---------- Task inputs

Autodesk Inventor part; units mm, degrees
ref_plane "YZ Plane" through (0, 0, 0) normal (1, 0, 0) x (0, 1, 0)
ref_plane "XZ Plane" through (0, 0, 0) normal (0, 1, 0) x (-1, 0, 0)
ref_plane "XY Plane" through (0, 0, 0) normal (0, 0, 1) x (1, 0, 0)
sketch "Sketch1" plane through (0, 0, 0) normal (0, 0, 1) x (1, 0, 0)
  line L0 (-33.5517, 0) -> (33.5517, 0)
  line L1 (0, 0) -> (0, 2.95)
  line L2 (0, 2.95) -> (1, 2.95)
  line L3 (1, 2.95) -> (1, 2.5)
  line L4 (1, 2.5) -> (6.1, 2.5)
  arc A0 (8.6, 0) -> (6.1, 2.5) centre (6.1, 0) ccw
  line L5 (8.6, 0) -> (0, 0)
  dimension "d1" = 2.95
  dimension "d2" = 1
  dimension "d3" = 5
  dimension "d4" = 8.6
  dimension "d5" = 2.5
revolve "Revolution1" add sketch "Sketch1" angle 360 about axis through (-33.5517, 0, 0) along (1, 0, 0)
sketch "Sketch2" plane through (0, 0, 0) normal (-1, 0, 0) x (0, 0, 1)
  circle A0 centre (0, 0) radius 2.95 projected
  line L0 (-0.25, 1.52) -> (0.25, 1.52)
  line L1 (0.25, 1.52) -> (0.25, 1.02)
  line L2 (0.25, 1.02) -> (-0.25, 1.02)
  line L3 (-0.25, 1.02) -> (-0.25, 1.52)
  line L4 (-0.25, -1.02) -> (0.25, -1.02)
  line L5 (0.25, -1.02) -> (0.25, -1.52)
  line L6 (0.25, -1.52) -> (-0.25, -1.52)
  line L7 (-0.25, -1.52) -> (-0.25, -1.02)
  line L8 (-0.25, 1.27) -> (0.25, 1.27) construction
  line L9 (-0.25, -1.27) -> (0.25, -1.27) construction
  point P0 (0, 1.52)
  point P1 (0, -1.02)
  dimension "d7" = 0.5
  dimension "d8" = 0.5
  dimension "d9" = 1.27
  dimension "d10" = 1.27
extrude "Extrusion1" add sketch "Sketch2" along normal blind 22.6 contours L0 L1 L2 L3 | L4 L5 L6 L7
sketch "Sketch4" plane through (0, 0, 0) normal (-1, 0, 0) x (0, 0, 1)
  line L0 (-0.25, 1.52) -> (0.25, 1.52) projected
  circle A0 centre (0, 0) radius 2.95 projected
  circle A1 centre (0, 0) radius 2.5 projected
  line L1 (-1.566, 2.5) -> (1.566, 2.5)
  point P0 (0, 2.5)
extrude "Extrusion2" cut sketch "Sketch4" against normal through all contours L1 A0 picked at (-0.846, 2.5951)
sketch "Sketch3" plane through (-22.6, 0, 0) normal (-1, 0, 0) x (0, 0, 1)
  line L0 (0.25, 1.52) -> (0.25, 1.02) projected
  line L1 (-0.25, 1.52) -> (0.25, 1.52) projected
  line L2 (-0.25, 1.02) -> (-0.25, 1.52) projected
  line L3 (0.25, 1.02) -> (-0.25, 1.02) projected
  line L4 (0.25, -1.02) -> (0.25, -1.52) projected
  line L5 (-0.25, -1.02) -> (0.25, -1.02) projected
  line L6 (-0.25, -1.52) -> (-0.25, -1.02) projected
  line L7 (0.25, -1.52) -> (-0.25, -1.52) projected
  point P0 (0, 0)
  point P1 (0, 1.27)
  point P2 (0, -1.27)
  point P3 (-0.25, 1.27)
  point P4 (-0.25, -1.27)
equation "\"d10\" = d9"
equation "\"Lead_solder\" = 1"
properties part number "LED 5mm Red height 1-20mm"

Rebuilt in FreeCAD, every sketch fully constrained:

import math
import FreeCAD as App
import Part
import Sketcher
Q = App.Units.Quantity


def add_polygon(sketch, points):
    """Adds a closed chain of lines whose ends are joined by coincident constraints."""
    first, n = sketch.GeometryCount, len(points)
    for a, b in zip(points, points[1:] + points[:1]):
        sketch.addGeometry(Part.LineSegment(App.Vector(*a, 0), App.Vector(*b, 0)), False)
    for i in range(n):
        sketch.addConstraint(Sketcher.Constraint("Coincident", first + i, 2, first + (i + 1) % n, 1))

doc = App.newDocument("Part")
body = doc.addObject("PartDesign::Body", "Body")

sketch1 = body.newObject("Sketcher::SketchObject", "Sketch")
sketch1.AttachmentSupport = (doc.getObject("XY_Plane"), [""])
sketch1.MapMode = "FlatFace"
sketch1.addGeometry(Part.LineSegment(App.Vector(0, 2.95, 0), App.Vector(0, 0, 0)), False)
sketch1.addGeometry(Part.LineSegment(App.Vector(0, 0, 0), App.Vector(8.6, 0, 0)), False)
sketch1.addGeometry(Part.ArcOfCircle(Part.Circle(App.Vector(6.1, 0, 0), App.Vector(0, 0, 1), 2.5), math.radians(0), math.radians(90)), False)
sketch1.addGeometry(Part.LineSegment(App.Vector(6.1, 2.5, 0), App.Vector(1, 2.5, 0)), False)
sketch1.addGeometry(Part.LineSegment(App.Vector(1, 2.5, 0), App.Vector(1, 2.95, 0)), False)
sketch1.addGeometry(Part.LineSegment(App.Vector(1, 2.95, 0), App.Vector(0, 2.95, 0)), False)
sketch1.addConstraint(Sketcher.Constraint("Coincident", 0, 2, 1, 1))
sketch1.addConstraint(Sketcher.Constraint("Coincident", 1, 2, 2, 1))
sketch1.addConstraint(Sketcher.Constraint("Tangent", 2, 2, 3, 1))
sketch1.addConstraint(Sketcher.Constraint("Coincident", 3, 2, 4, 1))
sketch1.addConstraint(Sketcher.Constraint("Coincident", 4, 2, 5, 1))
sketch1.addConstraint(Sketcher.Constraint("Coincident", 5, 2, 0, 1))
sketch1.addConstraint(Sketcher.Constraint("Vertical", 0))
sketch1.addConstraint(Sketcher.Constraint("Horizontal", 1))
sketch1.addConstraint(Sketcher.Constraint("Horizontal", 3))
sketch1.addConstraint(Sketcher.Constraint("Vertical", 4))
sketch1.addConstraint(Sketcher.Constraint("Horizontal", 5))
sketch1.addConstraint(Sketcher.Constraint("Coincident", 0, 2, -1, 1))
sketch1.addConstraint(Sketcher.Constraint("PointOnObject", 2, 3, -1))
sketch1.addConstraint(Sketcher.Constraint("Radius", 2, Q("2.5 mm")))
sketch1.addConstraint(Sketcher.Constraint("DistanceX", 5, 2, 5, 1, Q("1 mm")))
sketch1.addConstraint(Sketcher.Constraint("DistanceX", 1, 1, 1, 2, Q("8.6 mm")))
sketch1.addConstraint(Sketcher.Constraint("DistanceY", 0, 2, 0, 1, Q("2.95 mm")))
revolution = body.newObject("PartDesign::Revolution", "Revolution")
revolution.Profile = sketch1
revolution.ReferenceAxis = (sketch1, ["H_Axis"])
revolution.Angle = 360

sketch2 = body.newObject("Sketcher::SketchObject", "Sketch001")
sketch2.AttachmentSupport = (doc.getObject("YZ_Plane"), [""])
sketch2.MapMode = "FlatFace"
add_polygon(sketch2, [(1.5, 0.2), (1.5, -0.2), (1, -0.2), (1, 0.2)])
add_polygon(sketch2, [(-1, 0.2), (-1, -0.2), (-1.5, -0.2), (-1.5, 0.2)])
sketch2.addConstraint(Sketcher.Constraint("Vertical", 0))
sketch2.addConstraint(Sketcher.Constraint("Horizontal", 1))
sketch2.addConstraint(Sketcher.Constraint("Vertical", 2))
sketch2.addConstraint(Sketcher.Constraint("Horizontal", 3))
sketch2.addConstraint(Sketcher.Constraint("Vertical", 4))
sketch2.addConstraint(Sketcher.Constraint("Horizontal", 5))
sketch2.addConstraint(Sketcher.Constraint("Vertical", 6))
sketch2.addConstraint(Sketcher.Constraint("Horizontal", 7))
sketch2.addConstraint(Sketcher.Constraint("Symmetric", 2, 2, 4, 2, -1, 1))
sketch2.addConstraint(Sketcher.Constraint("Symmetric", 0, 2, 6, 2, -1, 1))
sketch2.addConstraint(Sketcher.Constraint("Horizontal", 1, 2, 4, 2))
sketch2.addConstraint(Sketcher.Constraint("Equal", 7, 0))
sketch2.addConstraint(Sketcher.Constraint("DistanceX", 1, 2, 1, 1, Q("0.5 mm")))
sketch2.addConstraint(Sketcher.Constraint("DistanceX", -1, 1, 0, 2, Q("1.52 mm")))
pad1 = body.newObject("PartDesign::Pad", "Pad")
pad1.Profile = sketch2
pad1.Length = 22.6
pad1.Reversed = True

sketch3 = body.newObject("Sketcher::SketchObject", "Sketch002")
sketch3.AttachmentSupport = (doc.getObject("YZ_Plane"), [""])
sketch3.MapMode = "FlatFace"
sketch3.addGeometry(Part.LineSegment(App.Vector(2.5, -1.6, 0), App.Vector(2.5, 1.6, 0)), False)
sketch3.addGeometry(Part.ArcOfCircle(Part.Circle(App.Vector(0, 0, 0), App.Vector(0, 0, 1), 3), math.radians(-32), math.radians(32)), False)
sketch3.addConstraint(Sketcher.Constraint("Coincident", 0, 1, 1, 1))
sketch3.addConstraint(Sketcher.Constraint("Coincident", 1, 2, 0, 2))
sketch3.addConstraint(Sketcher.Constraint("Vertical", 0))
sketch3.addConstraint(Sketcher.Constraint("Coincident", 1, 3, -1, 1))
sketch3.addConstraint(Sketcher.Constraint("Radius", 1, Q("2.95 mm")))
sketch3.addConstraint(Sketcher.Constraint("DistanceX", -1, 1, 0, 1, Q("2.5 mm")))
pocket1 = body.newObject("PartDesign::Pocket", "Pocket")
pocket1.Profile = sketch3
pocket1.Type = "ThroughAll"
pocket1.Reversed = True

doc.recompute()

--------------------

Run a filter over the data above and keep each line that contains the word "extrude".

extrude "Extrusion1" add sketch "Sketch2" along normal blind 22.6 contours L0 L1 L2 L3 | L4 L5 L6 L7
extrude "Extrusion2" cut sketch "Sketch4" against normal through all contours L1 A0 picked at (-0.846, 2.5951)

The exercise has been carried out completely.